__PROBLEM__
Please repeat the lines below exactly. Begin with the line containing "f 103 71 69" and go on through the line containing "f 104 96 81".
************
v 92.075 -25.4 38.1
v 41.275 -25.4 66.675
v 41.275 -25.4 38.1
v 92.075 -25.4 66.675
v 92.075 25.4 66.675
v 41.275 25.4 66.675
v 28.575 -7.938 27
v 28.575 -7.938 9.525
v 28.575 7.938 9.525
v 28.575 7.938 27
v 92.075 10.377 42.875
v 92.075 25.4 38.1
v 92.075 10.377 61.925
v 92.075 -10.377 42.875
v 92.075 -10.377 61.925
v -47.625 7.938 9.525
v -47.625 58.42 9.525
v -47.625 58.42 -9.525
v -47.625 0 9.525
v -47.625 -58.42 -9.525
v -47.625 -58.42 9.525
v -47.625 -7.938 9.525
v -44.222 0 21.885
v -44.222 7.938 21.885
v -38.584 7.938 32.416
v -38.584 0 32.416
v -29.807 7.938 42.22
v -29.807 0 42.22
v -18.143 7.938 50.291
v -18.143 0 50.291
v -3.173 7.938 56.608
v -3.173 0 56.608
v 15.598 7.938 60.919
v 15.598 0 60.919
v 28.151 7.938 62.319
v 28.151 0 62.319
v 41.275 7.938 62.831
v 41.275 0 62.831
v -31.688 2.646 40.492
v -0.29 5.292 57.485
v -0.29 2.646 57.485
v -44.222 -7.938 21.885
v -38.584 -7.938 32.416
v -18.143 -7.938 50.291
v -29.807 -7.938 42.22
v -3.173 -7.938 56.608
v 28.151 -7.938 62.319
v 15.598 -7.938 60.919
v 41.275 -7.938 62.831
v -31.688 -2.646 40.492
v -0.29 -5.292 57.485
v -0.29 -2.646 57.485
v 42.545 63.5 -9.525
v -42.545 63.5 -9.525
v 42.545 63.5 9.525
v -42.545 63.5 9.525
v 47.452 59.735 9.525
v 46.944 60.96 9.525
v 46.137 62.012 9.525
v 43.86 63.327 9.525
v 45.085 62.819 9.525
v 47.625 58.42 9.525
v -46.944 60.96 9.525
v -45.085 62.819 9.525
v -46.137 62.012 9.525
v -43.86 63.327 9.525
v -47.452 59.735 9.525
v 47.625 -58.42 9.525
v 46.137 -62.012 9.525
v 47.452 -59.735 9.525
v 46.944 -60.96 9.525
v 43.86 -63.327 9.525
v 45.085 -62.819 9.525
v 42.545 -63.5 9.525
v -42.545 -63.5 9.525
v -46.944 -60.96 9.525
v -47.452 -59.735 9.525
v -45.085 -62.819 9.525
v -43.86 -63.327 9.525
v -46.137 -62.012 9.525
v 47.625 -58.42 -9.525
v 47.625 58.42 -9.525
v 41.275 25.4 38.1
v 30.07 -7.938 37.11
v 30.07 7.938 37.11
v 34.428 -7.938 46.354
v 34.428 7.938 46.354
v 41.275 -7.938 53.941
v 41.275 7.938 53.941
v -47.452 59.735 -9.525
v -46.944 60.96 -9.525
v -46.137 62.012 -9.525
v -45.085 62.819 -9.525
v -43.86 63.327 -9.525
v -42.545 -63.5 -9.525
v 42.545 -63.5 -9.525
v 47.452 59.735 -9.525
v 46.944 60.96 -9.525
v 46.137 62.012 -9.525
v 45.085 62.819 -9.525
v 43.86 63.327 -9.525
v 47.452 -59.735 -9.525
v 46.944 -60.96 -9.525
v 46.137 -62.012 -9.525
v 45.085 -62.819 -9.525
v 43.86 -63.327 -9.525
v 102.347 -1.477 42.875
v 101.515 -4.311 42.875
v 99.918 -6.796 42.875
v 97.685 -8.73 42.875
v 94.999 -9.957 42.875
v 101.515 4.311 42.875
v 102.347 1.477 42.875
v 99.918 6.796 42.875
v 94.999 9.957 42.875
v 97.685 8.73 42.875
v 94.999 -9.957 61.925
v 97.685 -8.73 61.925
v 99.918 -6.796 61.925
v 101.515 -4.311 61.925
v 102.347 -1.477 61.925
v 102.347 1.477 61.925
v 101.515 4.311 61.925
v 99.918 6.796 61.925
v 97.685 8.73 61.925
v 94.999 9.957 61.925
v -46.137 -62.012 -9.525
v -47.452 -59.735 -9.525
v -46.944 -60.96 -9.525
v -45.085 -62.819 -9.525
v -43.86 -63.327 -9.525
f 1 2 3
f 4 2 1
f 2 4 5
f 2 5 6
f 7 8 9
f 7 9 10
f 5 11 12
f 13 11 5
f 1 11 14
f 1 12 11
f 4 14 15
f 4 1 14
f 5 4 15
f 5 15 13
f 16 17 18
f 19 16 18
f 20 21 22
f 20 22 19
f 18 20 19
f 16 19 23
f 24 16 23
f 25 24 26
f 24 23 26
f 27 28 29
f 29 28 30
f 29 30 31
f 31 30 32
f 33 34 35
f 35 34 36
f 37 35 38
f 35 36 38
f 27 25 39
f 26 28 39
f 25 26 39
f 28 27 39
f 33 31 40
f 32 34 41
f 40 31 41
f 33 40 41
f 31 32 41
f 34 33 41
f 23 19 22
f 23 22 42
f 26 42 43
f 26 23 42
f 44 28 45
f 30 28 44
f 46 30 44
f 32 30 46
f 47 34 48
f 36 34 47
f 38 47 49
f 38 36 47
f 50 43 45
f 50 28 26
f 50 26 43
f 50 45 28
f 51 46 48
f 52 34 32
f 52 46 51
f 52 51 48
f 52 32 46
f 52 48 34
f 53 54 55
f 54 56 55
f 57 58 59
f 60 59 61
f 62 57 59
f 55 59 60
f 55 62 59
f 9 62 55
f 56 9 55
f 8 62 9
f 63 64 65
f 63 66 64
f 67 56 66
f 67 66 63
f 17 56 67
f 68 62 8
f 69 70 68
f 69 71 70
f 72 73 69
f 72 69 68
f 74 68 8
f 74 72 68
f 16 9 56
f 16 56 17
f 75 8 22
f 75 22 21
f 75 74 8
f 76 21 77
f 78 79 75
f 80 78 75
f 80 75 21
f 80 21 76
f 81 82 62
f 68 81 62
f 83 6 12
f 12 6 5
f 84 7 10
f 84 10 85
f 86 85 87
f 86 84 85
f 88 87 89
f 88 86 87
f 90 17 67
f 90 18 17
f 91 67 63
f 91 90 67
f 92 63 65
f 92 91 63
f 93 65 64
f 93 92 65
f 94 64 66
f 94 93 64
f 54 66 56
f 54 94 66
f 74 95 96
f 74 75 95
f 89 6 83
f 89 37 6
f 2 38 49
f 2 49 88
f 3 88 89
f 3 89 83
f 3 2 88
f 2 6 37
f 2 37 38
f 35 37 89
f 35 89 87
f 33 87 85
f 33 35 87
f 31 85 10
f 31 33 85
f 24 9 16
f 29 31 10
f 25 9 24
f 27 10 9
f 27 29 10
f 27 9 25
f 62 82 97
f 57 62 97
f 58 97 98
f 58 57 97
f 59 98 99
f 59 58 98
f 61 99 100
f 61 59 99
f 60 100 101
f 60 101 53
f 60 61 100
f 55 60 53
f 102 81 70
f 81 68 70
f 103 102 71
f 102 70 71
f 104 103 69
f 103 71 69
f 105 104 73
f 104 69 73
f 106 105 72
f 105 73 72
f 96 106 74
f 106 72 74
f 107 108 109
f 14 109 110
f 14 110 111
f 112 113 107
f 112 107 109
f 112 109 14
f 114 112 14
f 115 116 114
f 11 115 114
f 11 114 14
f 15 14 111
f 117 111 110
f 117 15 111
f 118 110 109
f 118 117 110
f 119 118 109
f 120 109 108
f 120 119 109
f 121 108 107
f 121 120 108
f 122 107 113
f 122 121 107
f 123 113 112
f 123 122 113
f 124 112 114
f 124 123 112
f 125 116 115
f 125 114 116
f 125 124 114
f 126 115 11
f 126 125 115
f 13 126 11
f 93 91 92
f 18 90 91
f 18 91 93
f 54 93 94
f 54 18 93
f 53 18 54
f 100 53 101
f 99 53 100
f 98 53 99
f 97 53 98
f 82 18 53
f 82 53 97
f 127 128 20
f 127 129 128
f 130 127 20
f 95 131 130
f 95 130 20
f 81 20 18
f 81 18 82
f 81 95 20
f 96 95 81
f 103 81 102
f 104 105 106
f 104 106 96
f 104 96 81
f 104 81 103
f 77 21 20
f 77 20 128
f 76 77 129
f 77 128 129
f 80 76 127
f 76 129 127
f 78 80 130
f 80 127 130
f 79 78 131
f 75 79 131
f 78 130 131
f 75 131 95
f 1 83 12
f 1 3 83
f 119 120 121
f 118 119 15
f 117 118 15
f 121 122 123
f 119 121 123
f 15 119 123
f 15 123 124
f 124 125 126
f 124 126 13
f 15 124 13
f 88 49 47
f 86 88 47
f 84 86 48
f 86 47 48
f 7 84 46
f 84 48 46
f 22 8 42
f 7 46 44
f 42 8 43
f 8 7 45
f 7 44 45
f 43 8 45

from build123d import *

# Parameters (mm, degrees)
F1_DEPTH = 63.5
F2_DEPTH = 7.9375
F3_DEPTH = 25.4
F0_W     = 10.3774026796
F0_H     = 19.05
F5_R     = 5.08


with BuildPart() as f1:
    # F0 (on Front) → F1 (new body, symmetric)
    with BuildSketch(Plane.XZ):
        Polygon((-47.625, -9.525), (47.625, -9.525), (47.625, 9.525), (28.575, 9.525), (-47.625, 9.525), align=None)
    extrude(amount=F1_DEPTH, both=True)

    # F0 (on Front) → F2 (join, symmetric)
    with BuildSketch(Plane.XZ):
        with BuildLine():
            add(Edge.make_bspline(
                [(-47.625, 9.525), (-41.1829413646, 48.2544610148), (-3.609227819, 62.5325655632), (41.275, 62.8309662256)],
                knots=[0, 0, 0, 0, 105.7723986336, 105.7723986336, 105.7723986336, 105.7723986336], degree=3))
            Line((-47.625, 9.525), (28.575, 9.525))
            Line((28.575, 9.525), (28.575, 27.0002))
            ThreePointArc((28.575, 27.0002), (31.9091488719, 41.8922700374), (41.275, 53.9409683632))
            Line((41.275, 53.9409683632), (41.275, 62.8309662256))
        make_face()
    extrude(amount=F2_DEPTH, both=True)

    # F0 (on Front) → F3 (join, symmetric)
    with BuildSketch(Plane.XZ):
        with BuildLine():
            ThreePointArc((63.5, 42.8752), (57.3434465811, 41.6327826497), (52.1505478123, 38.1))
            Line((52.1505478123, 38.1), (92.075, 38.1))
            Line((92.075, 38.1), (92.075, 42.8752))
            Line((92.075, 42.8752), (63.5, 42.8752))
        make_face()
        with BuildLine():
            Line((41.275, 66.675), (41.275, 62.8309662256))
            add(Edge.make_bspline(
                [(41.275, 62.8309662256), (48.5260198489, 62.8791726721), (55.9678310127, 62.5625339124), (63.5, 61.9252)],
                knots=[105.7723986336, 105.7723986336, 105.7723986336, 105.7723986336, 122.8598656398, 122.8598656398, 122.8598656398, 122.8598656398], degree=3))
            Line((63.5, 61.9252), (92.075, 61.9252))
            Line((92.075, 61.9252), (92.075, 66.675))
            Line((92.075, 66.675), (41.275, 66.675))
        make_face()
        with BuildLine():
            add(Edge.make_bspline(
                [(41.275, 62.8309662256), (48.5260198489, 62.8791726721), (55.9678310127, 62.5625339124), (63.5, 61.9252)],
                knots=[105.7723986336, 105.7723986336, 105.7723986336, 105.7723986336, 122.8598656398, 122.8598656398, 122.8598656398, 122.8598656398], degree=3))
            Line((41.275, 62.8309662256), (41.275, 53.9409683632))
            ThreePointArc((41.275, 53.9409683632), (51.6921786532, 59.8685887655), (63.5, 61.9252))
        make_face()
        with BuildLine():
            Line((41.275, 38.1), (52.1505478123, 38.1))
            ThreePointArc((52.1505478123, 38.1), (57.3434465811, 41.6327826497), (63.5, 42.8752))
            Line((63.5, 42.8752), (92.075, 42.8752))
            Line((92.075, 42.8752), (92.075, 61.9252))
            Line((92.075, 61.9252), (63.5, 61.9252))
            ThreePointArc((63.5, 61.9252), (51.6921786532, 59.8685887655), (41.275, 53.9409683632))
            Line((41.275, 53.9409683632), (41.275, 38.1))
        make_face()
    extrude(amount=F3_DEPTH, both=True)

    # F0 (on Front) → F4 (revolve)
    with BuildSketch(Plane.XZ):
        with Locations((97.2637013398, 52.4002)):
            Rectangle(F0_W, F0_H)
    revolve(axis=Axis((92.075, 0, 52.3875), (0, 0, 1)))

    # F5
    f5_edges = [f1.edges().sort_by_distance(p)[0] for p in [
        (-47.625, -63.5, 0),
        (47.625, -63.5, 0),
        (47.625, 63.5, 0),
        (-47.625, 63.5, 0),
    ]]
    fillet(f5_edges, radius=F5_R)


solid = f1.part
************
__ANSWER BELOW__
f 103 71 69
f 105 104 73
f 104 69 73
f 106 105 72
f 105 73 72
f 96 106 74
f 106 72 74
f 107 108 109
f 14 109 110
f 14 110 111
f 112 113 107
f 112 107 109
f 112 109 14
f 114 112 14
f 115 116 114
f 11 115 114
f 11 114 14
f 15 14 111
f 117 111 110
f 117 15 111
f 118 110 109
f 118 117 110
f 119 118 109
f 120 109 108
f 120 119 109
f 121 108 107
f 121 120 108
f 122 107 113
f 122 121 107
f 123 113 112
f 123 122 113
f 124 112 114
f 124 123 112
f 125 116 115
f 125 114 116
f 125 124 114
f 126 115 11
f 126 125 115
f 13 126 11
f 93 91 92
f 18 90 91
f 18 91 93
f 54 93 94
f 54 18 93
f 53 18 54
f 100 53 101
f 99 53 100
f 98 53 99
f 97 53 98
f 82 18 53
f 82 53 97
f 127 128 20
f 127 129 128
f 130 127 20
f 95 131 130
f 95 130 20
f 81 20 18
f 81 18 82
f 81 95 20
f 96 95 81
f 103 81 102
f 104 105 106
f 104 106 96
f 104 96 81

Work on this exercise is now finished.